**What the exercise asks**
What lines in the records below contain the string "angle"? Copy every one.

**Available data**

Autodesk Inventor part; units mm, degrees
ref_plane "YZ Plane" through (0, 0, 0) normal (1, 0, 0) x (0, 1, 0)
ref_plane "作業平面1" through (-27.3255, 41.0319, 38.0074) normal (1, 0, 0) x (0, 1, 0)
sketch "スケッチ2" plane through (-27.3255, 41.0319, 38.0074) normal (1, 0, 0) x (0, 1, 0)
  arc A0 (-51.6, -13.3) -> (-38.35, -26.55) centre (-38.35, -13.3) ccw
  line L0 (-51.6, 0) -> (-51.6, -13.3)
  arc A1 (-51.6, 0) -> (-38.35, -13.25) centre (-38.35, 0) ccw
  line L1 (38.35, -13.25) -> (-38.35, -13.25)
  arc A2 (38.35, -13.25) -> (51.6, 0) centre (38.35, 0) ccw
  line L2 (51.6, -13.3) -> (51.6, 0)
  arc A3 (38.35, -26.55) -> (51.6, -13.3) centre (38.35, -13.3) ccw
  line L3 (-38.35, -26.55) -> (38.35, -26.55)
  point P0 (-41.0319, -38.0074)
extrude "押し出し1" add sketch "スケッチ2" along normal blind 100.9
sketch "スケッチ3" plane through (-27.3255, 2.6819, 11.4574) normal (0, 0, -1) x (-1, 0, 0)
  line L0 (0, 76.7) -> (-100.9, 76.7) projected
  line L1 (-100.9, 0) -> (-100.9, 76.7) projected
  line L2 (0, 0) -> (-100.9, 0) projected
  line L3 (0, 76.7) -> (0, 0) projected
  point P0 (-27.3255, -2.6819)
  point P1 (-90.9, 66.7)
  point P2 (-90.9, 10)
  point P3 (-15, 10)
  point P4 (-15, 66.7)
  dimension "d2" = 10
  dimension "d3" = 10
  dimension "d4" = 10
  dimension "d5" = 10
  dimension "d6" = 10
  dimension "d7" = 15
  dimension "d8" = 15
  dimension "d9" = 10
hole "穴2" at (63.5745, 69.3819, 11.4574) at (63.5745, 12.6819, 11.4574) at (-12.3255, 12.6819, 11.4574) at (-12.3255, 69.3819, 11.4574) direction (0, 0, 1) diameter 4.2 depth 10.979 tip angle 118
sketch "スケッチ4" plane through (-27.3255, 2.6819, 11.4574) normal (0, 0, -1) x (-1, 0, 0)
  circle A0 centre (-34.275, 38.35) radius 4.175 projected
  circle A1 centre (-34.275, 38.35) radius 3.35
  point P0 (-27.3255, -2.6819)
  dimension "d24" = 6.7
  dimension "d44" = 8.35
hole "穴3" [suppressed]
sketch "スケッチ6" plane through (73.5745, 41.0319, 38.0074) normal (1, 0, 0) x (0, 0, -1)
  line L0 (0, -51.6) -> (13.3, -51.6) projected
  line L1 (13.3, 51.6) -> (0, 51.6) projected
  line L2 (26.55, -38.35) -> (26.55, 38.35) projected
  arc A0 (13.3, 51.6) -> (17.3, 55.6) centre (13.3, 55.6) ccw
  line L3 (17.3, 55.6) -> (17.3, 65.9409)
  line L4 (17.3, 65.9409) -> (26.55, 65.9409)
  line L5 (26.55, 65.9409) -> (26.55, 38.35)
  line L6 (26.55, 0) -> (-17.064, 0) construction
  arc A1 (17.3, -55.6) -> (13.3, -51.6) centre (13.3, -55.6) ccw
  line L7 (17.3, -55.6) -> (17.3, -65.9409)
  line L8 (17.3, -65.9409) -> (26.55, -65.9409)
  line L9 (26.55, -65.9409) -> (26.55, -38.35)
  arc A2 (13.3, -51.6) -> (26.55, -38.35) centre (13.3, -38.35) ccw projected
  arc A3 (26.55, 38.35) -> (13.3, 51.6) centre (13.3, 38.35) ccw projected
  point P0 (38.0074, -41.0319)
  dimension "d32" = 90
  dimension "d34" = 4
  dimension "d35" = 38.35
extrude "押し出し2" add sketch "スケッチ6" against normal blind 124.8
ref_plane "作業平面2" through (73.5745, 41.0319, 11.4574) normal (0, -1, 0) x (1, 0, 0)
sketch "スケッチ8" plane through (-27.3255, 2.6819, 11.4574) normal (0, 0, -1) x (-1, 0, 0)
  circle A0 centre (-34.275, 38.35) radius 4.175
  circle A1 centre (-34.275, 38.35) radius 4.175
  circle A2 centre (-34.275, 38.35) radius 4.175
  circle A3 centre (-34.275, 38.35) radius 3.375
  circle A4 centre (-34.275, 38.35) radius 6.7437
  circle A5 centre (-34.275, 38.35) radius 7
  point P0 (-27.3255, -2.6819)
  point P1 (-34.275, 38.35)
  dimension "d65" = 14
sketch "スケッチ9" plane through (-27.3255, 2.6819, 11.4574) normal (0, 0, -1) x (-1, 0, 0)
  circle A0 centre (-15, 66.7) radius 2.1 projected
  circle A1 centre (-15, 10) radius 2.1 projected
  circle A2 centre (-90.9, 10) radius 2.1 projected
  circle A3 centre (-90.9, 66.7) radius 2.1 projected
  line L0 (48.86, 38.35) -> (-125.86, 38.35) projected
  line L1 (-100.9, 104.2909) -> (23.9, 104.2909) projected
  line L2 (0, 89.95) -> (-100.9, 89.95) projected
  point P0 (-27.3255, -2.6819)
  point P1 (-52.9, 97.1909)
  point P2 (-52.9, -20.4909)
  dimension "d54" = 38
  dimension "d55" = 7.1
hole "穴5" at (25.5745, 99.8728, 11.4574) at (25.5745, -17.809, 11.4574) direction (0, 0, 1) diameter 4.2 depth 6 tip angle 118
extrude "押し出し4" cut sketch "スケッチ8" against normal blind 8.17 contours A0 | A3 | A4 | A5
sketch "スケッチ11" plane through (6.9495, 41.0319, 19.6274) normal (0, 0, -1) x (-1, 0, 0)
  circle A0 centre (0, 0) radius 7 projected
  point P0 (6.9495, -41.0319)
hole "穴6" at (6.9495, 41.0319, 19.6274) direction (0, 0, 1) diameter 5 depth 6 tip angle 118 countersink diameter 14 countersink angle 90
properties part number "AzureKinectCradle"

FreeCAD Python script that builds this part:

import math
import FreeCAD as App
import Part
import Sketcher
from FreeCAD import Vector

doc = App.newDocument("Part")
params = doc.addObject("Spreadsheet::Sheet", "Params")
for row, (alias, value) in enumerate([
    ("sketch1_radius", "13.25 mm"),
    ("sketch1_width", "76.7 mm"),
    ("sketch1_height", "13.3 mm"),
    ("pad1_length", "100.9 mm"),
    ("sketch2_diameter", "4.2 mm"),
    ("hole_diameter", "4.2 mm"),
    ("hole_depth", "10.979 mm"),
    ("sketch3_radius", "4 mm"),
    ("sketch3_radius2", "13.25 mm"),
    ("pad2_length", "124.8 mm"),
    ("sketch4_diameter", "4.2 mm"),
    ("hole2_diameter", "4.2 mm"),
    ("hole2_depth", "6 mm"),
    ("sketch5_diameter", "14 mm"),
    ("pocket1_length", "8.17 mm"),
    ("sketch6_diameter", "5 mm"),
    ("hole3_diameter", "5 mm"),
    ("hole3_depth", "6 mm"),
    ("hole3_csink_diameter", "14 mm"),
], start=1):
    params.set(f"A{row}", alias)
    params.set(f"B{row}", "=" + value)
    params.setAlias(f"B{row}", alias)

body = doc.addObject("PartDesign::Body", "Body")

sketch1 = body.newObject("Sketcher::SketchObject", "Sketch")
sketch1.AttachmentSupport = (doc.getObject("YZ_Plane"), [""])
sketch1.MapMode = "FlatFace"
sketch1.AttachmentOffset = App.Placement(Vector(0, 0, -27.3255), App.Rotation())
sketch1.addGeometry(Part.LineSegment(Vector(-11, 38, 0), Vector(-11, 25, 0)), False)
sketch1.addGeometry(Part.ArcOfCircle(Part.Circle(Vector(3, 25, 0), Vector(0, 0, 1), 13), math.radians(180), math.radians(270)), False)
sketch1.addGeometry(Part.LineSegment(Vector(3, 11, 0), Vector(79, 11, 0)), False)
sketch1.addGeometry(Part.ArcOfCircle(Part.Circle(Vector(79, 25, 0), Vector(0, 0, 1), 13), math.radians(-90), math.radians(0)), False)
sketch1.addGeometry(Part.LineSegment(Vector(93, 25, 0), Vector(93, 38, 0)), False)
sketch1.addGeometry(Part.ArcOfCircle(Part.Circle(Vector(79, 38, 0), Vector(0, 0, 1), 13), math.radians(-90), math.radians(0)), False)
sketch1.addGeometry(Part.LineSegment(Vector(79, 25, 0), Vector(3, 25, 0)), False)
sketch1.addGeometry(Part.ArcOfCircle(Part.Circle(Vector(3, 38, 0), Vector(0, 0, 1), 13), math.radians(180), math.radians(270)), False)
sketch1.addConstraint(Sketcher.Constraint("Tangent", 0, 2, 1, 1))
sketch1.addConstraint(Sketcher.Constraint("Tangent", 1, 2, 2, 1))
sketch1.addConstraint(Sketcher.Constraint("Tangent", 2, 2, 3, 1))
sketch1.addConstraint(Sketcher.Constraint("Tangent", 3, 2, 4, 1))
sketch1.addConstraint(Sketcher.Constraint("Tangent", 4, 2, 5, 2))
sketch1.addConstraint(Sketcher.Constraint("Tangent", 5, 1, 6, 1))
sketch1.addConstraint(Sketcher.Constraint("Tangent", 6, 2, 7, 2))
sketch1.addConstraint(Sketcher.Constraint("Tangent", 7, 1, 0, 1))
sketch1.addConstraint(Sketcher.Constraint("Vertical", 0))
sketch1.addConstraint(Sketcher.Constraint("Horizontal", 2))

**Response area**
hole "穴2" at (63.5745, 69.3819, 11.4574) at (63.5745, 12.6819, 11.4574) at (-12.3255, 12.6819, 11.4574) at (-12.3255, 69.3819, 11.4574) direction (0, 0, 1) diameter 4.2 depth 10.979 tip angle 118
hole "穴5" at (25.5745, 99.8728, 11.4574) at (25.5745, -17.809, 11.4574) direction (0, 0, 1) diameter 4.2 depth 6 tip angle 118
hole "穴6" at (6.9495, 41.0319, 19.6274) direction (0, 0, 1) diameter 5 depth 6 tip angle 118 countersink diameter 14 countersink angle 90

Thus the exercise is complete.